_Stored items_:
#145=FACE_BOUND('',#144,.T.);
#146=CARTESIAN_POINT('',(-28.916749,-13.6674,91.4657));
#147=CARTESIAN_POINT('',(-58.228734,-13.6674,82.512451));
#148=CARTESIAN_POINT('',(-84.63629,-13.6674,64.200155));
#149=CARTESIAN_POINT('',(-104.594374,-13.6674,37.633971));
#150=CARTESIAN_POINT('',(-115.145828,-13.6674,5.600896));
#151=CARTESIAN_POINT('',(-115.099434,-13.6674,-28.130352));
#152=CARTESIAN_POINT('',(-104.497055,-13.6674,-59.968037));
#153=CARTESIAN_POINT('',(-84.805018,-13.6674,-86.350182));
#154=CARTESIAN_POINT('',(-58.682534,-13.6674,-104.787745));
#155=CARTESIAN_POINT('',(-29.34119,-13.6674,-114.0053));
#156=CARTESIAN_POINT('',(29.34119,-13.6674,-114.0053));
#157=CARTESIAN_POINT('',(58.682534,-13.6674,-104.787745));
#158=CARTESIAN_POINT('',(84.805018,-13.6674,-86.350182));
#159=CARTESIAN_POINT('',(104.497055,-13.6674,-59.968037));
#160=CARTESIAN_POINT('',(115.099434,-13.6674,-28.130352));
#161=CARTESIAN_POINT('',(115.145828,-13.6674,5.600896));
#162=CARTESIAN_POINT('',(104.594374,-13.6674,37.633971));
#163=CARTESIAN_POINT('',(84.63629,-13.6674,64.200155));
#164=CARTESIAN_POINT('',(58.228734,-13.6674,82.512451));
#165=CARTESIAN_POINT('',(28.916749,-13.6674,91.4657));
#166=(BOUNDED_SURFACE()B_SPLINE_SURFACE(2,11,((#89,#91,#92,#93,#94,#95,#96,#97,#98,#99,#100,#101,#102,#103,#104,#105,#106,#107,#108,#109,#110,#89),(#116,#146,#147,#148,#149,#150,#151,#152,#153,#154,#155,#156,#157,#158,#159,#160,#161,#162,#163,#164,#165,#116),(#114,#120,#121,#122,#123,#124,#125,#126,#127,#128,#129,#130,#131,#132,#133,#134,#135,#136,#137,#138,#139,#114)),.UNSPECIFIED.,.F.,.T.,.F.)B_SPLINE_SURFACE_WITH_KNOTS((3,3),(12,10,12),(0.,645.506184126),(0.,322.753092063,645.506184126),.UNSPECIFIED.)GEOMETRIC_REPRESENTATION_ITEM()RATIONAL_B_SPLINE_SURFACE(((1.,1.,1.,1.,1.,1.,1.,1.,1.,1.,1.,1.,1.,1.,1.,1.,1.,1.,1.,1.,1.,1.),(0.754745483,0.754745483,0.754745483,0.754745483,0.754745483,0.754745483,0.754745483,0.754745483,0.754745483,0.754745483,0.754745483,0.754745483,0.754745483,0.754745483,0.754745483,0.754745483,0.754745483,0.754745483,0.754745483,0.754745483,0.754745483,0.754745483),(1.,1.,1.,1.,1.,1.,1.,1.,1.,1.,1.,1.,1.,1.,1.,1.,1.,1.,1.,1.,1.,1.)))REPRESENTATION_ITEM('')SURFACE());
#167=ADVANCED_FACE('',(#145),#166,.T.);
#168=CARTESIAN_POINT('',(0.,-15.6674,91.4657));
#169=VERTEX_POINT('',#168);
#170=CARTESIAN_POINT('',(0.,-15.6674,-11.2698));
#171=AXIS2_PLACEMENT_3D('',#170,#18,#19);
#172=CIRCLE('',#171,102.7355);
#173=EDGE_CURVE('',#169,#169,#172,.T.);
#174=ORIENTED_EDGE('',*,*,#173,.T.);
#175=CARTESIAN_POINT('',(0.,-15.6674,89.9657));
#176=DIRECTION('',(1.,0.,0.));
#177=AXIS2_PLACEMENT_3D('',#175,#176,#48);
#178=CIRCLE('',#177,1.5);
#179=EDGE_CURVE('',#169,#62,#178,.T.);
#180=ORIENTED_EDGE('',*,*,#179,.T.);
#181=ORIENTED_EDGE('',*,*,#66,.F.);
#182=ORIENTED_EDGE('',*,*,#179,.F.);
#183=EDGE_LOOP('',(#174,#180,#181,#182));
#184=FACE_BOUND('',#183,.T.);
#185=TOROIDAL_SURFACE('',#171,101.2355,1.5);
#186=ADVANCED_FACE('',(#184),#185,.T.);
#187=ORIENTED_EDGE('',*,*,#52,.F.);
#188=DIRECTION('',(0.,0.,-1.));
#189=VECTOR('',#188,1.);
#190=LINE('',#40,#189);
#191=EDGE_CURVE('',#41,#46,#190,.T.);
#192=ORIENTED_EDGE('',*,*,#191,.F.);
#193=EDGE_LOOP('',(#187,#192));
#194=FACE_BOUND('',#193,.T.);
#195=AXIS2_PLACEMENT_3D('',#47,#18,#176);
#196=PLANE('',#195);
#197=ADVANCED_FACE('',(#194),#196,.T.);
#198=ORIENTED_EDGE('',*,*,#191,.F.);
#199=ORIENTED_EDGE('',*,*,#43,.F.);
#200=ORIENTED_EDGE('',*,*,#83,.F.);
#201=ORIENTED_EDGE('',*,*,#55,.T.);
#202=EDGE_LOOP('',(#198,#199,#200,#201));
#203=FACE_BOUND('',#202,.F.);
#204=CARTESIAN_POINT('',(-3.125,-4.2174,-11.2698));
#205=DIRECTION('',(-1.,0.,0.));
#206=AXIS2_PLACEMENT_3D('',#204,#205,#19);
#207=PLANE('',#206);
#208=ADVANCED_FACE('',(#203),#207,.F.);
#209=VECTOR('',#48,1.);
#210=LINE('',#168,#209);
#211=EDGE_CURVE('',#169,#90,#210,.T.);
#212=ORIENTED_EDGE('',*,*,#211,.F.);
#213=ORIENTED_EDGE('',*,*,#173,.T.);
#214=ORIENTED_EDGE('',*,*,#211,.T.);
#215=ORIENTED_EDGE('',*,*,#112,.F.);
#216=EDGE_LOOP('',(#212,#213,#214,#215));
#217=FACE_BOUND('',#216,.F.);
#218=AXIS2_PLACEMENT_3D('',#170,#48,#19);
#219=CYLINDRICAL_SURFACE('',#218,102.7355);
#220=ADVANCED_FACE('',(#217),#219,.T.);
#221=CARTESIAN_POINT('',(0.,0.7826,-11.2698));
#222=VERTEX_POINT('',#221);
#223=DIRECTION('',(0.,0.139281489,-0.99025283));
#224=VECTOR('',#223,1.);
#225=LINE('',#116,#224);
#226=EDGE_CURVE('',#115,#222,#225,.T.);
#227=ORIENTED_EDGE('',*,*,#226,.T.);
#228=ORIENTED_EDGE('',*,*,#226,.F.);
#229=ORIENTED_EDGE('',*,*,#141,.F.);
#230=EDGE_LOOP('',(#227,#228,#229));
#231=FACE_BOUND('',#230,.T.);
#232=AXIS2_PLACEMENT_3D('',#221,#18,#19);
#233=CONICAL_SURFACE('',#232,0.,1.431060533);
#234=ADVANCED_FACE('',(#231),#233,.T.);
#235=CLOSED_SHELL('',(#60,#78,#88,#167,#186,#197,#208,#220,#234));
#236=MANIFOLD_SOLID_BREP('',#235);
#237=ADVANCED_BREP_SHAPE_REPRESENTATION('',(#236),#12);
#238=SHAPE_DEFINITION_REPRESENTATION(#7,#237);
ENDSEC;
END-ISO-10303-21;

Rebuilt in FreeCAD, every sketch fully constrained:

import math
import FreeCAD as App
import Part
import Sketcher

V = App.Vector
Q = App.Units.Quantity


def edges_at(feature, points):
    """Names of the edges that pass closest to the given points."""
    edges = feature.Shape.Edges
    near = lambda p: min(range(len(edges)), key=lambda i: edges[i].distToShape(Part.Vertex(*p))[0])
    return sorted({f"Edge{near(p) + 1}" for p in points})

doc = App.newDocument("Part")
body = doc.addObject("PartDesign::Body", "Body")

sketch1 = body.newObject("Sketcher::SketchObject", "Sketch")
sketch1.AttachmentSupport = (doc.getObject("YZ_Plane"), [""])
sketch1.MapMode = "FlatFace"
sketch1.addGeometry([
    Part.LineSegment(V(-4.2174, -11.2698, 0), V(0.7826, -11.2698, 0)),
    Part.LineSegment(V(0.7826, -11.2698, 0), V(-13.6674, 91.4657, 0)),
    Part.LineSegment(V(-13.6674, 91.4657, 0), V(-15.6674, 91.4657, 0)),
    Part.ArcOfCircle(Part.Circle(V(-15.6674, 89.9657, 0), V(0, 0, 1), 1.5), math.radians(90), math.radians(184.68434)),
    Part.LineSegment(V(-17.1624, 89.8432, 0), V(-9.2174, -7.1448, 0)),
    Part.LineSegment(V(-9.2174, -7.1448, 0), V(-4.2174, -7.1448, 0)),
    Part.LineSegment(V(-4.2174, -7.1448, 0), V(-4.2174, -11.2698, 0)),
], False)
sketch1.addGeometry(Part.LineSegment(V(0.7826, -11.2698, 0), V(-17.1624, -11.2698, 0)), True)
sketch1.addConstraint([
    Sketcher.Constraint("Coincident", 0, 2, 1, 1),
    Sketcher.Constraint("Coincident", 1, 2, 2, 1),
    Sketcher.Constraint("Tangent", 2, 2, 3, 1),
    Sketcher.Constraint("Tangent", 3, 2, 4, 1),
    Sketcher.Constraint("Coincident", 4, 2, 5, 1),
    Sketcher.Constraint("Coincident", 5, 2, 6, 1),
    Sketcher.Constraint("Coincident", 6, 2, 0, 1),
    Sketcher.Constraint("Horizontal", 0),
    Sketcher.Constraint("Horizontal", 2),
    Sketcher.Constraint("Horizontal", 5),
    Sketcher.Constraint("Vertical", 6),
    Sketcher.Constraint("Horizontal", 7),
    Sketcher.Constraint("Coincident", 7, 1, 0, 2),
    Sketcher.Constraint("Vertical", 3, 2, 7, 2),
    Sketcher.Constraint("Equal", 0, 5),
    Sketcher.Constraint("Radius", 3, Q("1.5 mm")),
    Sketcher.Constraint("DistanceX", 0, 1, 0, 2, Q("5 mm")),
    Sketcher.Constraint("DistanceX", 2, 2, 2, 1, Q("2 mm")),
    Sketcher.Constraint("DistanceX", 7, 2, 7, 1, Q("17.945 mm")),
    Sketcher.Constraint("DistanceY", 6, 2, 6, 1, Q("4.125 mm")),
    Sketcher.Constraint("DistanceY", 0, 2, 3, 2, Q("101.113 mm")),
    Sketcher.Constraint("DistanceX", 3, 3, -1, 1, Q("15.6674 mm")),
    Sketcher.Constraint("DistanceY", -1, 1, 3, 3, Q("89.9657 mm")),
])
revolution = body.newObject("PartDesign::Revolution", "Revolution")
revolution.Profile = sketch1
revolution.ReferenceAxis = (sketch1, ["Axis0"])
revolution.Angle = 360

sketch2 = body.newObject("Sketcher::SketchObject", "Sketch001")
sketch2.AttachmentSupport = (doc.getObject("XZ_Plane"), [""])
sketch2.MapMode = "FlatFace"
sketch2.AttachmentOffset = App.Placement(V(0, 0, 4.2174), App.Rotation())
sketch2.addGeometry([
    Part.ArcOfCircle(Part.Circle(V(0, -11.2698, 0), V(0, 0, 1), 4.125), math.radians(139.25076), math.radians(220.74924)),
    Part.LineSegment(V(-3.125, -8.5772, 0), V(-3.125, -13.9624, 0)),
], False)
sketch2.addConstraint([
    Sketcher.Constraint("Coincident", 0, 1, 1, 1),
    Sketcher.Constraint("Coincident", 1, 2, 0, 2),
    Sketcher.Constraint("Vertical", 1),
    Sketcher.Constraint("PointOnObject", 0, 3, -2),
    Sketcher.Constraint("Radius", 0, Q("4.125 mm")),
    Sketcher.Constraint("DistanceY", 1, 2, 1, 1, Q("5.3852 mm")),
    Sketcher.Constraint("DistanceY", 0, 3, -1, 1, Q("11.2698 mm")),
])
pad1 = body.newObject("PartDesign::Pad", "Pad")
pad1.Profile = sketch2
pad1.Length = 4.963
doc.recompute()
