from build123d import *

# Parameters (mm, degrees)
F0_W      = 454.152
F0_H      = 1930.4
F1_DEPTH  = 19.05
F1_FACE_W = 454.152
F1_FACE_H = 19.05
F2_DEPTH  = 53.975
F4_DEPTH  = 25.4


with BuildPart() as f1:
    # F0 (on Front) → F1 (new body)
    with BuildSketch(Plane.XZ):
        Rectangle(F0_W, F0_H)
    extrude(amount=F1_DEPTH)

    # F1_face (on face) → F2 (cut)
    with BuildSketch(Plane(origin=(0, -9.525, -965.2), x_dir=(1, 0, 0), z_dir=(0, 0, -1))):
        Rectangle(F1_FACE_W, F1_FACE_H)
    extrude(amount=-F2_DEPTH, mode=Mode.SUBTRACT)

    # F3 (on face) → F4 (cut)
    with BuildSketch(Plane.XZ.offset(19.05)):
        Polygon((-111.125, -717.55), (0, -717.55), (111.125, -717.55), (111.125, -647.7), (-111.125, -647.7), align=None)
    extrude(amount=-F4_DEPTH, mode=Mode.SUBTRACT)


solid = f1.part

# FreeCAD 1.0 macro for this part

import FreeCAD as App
import Part
import Sketcher

V = App.Vector
Q = App.Units.Quantity


def add_polygon(sketch, points):
    """Adds a closed chain of lines whose ends are joined by coincident constraints."""
    first, n = sketch.GeometryCount, len(points)
    for a, b in zip(points, points[1:] + points[:1]):
        sketch.addGeometry(Part.LineSegment(App.Vector(*a, 0), App.Vector(*b, 0)), False)
    for i in range(n):
        sketch.addConstraint(Sketcher.Constraint("Coincident", first + i, 2, first + (i + 1) % n, 1))

doc = App.newDocument("Part")
params = doc.addObject("Spreadsheet::Sheet", "Params")
for row, (alias, value) in enumerate([
    ("sketch1_height", "76 in"),
    ("sketch1_width", "17.88 in"),
    ("pad1_length", "0.75 in"),
    ("sketch2_width", "17.88 in"),
    ("sketch2_height", "0.75 in"),
    ("pocket1_length", "2.125 in"),
    ("sketch3_width", "8.75 in"),
    ("sketch3_height", "2.75 in"),
    ("pocket2_length", "1 in"),
], start=1):
    params.set(f"A{row}", alias)
    params.set(f"B{row}", "=" + value)
    params.setAlias(f"B{row}", alias)

body = doc.addObject("PartDesign::Body", "Body")

# Sketch on XZ plane
sketch1 = body.newObject("Sketcher::SketchObject", "Sketch")
sketch1.AttachmentSupport = (doc.getObject("XZ_Plane"), [""])
sketch1.MapMode = "FlatFace"
add_polygon(sketch1, [(-227.076, 965.2), (-227.076, -965.2), (227.076, -965.2), (227.076, 965.2)])  # lines 0-3
sketch1.addConstraint([
    Sketcher.Constraint("Vertical", 0),
    Sketcher.Constraint("Horizontal", 1),
    Sketcher.Constraint("Vertical", 2),
    Sketcher.Constraint("Horizontal", 3),
    Sketcher.Constraint("Symmetric", 0, 2, 2, 2, -1, 1),
    Sketcher.Constraint("DistanceY", 0, 2, 0, 1, Q("76 in")),
    Sketcher.Constraint("DistanceX", 1, 1, 1, 2, Q("17.88 in")),
])
sketch1.setExpression("Constraints[9]", "Params.sketch1_height")
sketch1.setExpression("Constraints[10]", "Params.sketch1_width")
pad1 = body.newObject("PartDesign::Pad", "Pad")
pad1.Profile = sketch1
pad1.setExpression("Length", "Params.pad1_length")

# Sketch on XY plane
sketch2 = body.newObject("Sketcher::SketchObject", "Sketch001")
sketch2.AttachmentSupport = (doc.getObject("XY_Plane"), [""])
sketch2.MapMode = "FlatFace"
sketch2.AttachmentOffset = App.Placement(V(0, 0, -38 * 25.4), App.Rotation())
add_polygon(sketch2, [(-227.076, -19.05), (-227.076, 0), (227.076, 0), (227.076, -19.05)])  # lines 0-3
sketch2.addConstraint([
    Sketcher.Constraint("Vertical", 0),
    Sketcher.Constraint("Horizontal", 1),
    Sketcher.Constraint("Vertical", 2),
    Sketcher.Constraint("Horizontal", 3),
    Sketcher.Constraint("Symmetric", 0, 2, 1, 2, -1, 1),
    Sketcher.Constraint("DistanceX", 1, 1, 1, 2, Q("17.88 in")),
    Sketcher.Constraint("DistanceY", 0, 1, 0, 2, Q("0.75 in")),
])
sketch2.setExpression("Constraints[9]", "Params.sketch2_width")
sketch2.setExpression("Constraints[10]", "Params.sketch2_height")
pocket1 = body.newObject("PartDesign::Pocket", "Pocket")
pocket1.Profile = sketch2
pocket1.setExpression("Length", "Params.pocket1_length")
pocket1.Reversed = True

# Sketch on XZ plane
sketch3 = body.newObject("Sketcher::SketchObject", "Sketch002")
sketch3.AttachmentSupport = (doc.getObject("XZ_Plane"), [""])
sketch3.MapMode = "FlatFace"
sketch3.AttachmentOffset = App.Placement(V(0, 0, 0.75 * 25.4), App.Rotation())
add_polygon(sketch3, [(-111.125, -717.55), (111.125, -717.55), (111.125, -647.7), (-111.125, -647.7)])  # lines 0-3
sketch3.addConstraint([
    Sketcher.Constraint("Horizontal", 0),
    Sketcher.Constraint("Vertical", 1),
    Sketcher.Constraint("Horizontal", 2),
    Sketcher.Constraint("Vertical", 3),
    Sketcher.Constraint("DistanceX", 0, 1, 0, 2, Q("8.75 in")),
    Sketcher.Constraint("DistanceY", 1, 1, 1, 2, Q("2.75 in")),
    Sketcher.Constraint("DistanceY", 1, 2, -1, 1, Q("25.5 in")),
    Sketcher.Constraint("DistanceX", -1, 1, 0, 2, Q("4.375 in")),
])
sketch3.setExpression("Constraints[8]", "Params.sketch3_width")
sketch3.setExpression("Constraints[9]", "Params.sketch3_height")
pocket2 = body.newObject("PartDesign::Pocket", "Pocket001")
pocket2.Profile = sketch3
pocket2.setExpression("Length", "Params.pocket2_length")

doc.recompute()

_Exercise_: Return only the number of lines above that include "amount".

_Result of the exercise_: 3